Waiting for him was balding seventy year old Francis Preston Blair. There is no record of the exact words, but we know that Blair, after the usual courtesies, grew solemn and told Lee that he had been authorized by President Lincoln to offer him command of the Northern Army that would assemble when the 75,000 volunteers reached Washington.
Here was a moment when history’s direction hung on the loyalties and beliefs and emotions of a single man. If Robert E. Lee had accepted this offer, there is at least a possibility that Virginia would have refused to secede. Even if she seceded, Lee’s prestige as a soldier, his links through his father and his wife to George Washington, would have had an enormous impact on the legitimacy of the South’s resistance. Northern newspapers would have trumpeted the significance of his decision. Deep divisive doubts would have been implanted in the souls of thousands of wavering southern Unionists, especially in Virginia.
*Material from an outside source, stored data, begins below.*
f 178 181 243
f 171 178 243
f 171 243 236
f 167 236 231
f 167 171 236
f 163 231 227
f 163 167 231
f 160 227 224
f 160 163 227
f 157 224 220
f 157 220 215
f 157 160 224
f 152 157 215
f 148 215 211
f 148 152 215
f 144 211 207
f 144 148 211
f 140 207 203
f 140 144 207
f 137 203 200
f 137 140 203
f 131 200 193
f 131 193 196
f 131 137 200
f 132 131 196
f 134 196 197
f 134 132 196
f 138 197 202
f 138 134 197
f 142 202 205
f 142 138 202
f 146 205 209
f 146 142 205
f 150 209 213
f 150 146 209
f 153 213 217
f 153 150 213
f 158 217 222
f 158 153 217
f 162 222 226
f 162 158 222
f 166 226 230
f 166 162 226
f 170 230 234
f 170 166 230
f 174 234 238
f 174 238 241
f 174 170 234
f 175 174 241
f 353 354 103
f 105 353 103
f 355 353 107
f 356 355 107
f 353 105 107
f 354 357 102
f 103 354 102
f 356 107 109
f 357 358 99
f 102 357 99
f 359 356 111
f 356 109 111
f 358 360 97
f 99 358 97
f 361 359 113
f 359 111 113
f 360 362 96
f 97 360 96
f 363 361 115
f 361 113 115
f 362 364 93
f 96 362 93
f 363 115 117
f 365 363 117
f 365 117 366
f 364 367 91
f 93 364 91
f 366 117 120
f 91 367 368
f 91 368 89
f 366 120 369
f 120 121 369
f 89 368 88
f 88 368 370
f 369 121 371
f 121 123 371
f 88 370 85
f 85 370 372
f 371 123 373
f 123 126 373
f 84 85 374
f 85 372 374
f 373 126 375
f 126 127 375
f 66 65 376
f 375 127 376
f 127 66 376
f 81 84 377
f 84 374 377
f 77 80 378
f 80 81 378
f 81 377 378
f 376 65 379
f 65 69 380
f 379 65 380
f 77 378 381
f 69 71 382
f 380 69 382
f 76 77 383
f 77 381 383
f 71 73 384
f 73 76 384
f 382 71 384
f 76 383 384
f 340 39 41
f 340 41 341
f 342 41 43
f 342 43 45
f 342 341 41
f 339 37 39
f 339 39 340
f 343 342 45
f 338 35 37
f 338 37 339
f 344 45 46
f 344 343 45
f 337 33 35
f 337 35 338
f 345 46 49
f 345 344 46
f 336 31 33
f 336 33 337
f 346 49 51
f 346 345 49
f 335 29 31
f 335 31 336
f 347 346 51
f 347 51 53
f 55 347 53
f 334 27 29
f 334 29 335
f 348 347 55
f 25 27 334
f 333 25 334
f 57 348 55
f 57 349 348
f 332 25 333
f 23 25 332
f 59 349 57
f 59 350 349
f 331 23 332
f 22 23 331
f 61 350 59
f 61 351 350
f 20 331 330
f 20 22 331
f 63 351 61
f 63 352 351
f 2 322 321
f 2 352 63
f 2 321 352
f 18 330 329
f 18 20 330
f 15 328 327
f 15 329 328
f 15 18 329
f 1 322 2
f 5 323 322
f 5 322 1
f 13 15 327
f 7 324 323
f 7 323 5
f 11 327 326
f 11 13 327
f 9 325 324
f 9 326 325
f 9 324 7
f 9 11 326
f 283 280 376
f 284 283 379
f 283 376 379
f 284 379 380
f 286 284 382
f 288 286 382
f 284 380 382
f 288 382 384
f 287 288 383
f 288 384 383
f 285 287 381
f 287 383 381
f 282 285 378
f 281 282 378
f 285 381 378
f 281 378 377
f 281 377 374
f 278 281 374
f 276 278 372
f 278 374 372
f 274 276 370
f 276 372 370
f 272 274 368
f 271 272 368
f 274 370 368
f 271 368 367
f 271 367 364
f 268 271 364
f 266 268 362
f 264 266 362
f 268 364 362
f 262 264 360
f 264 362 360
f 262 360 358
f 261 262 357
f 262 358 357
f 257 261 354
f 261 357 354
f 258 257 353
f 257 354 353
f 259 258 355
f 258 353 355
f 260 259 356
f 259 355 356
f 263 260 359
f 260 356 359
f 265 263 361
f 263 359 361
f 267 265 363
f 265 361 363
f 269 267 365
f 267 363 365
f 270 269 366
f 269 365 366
The duration of the war, its very nature, would have changed.
As Colonel Lee sat there, trying to absorb this astounding offer, what did he think and feel? What did he remember? From what we have seen of his life in this book, almost certainly the first memory was John Brown. That madman’s rant about sin of slavery and the blood that was required to wash it away, the pikes he had been prepared to put into the hands of enraged slaves, pikes that might have been thrust into the bodies of Lee’s daughters and wife, the letters in Brown’s carpetbag linking him to wealthy northern backers. Could he invade Virginia or any southern state at the head of an army composed of men who believed John Brown was as divine as Jesus Christ?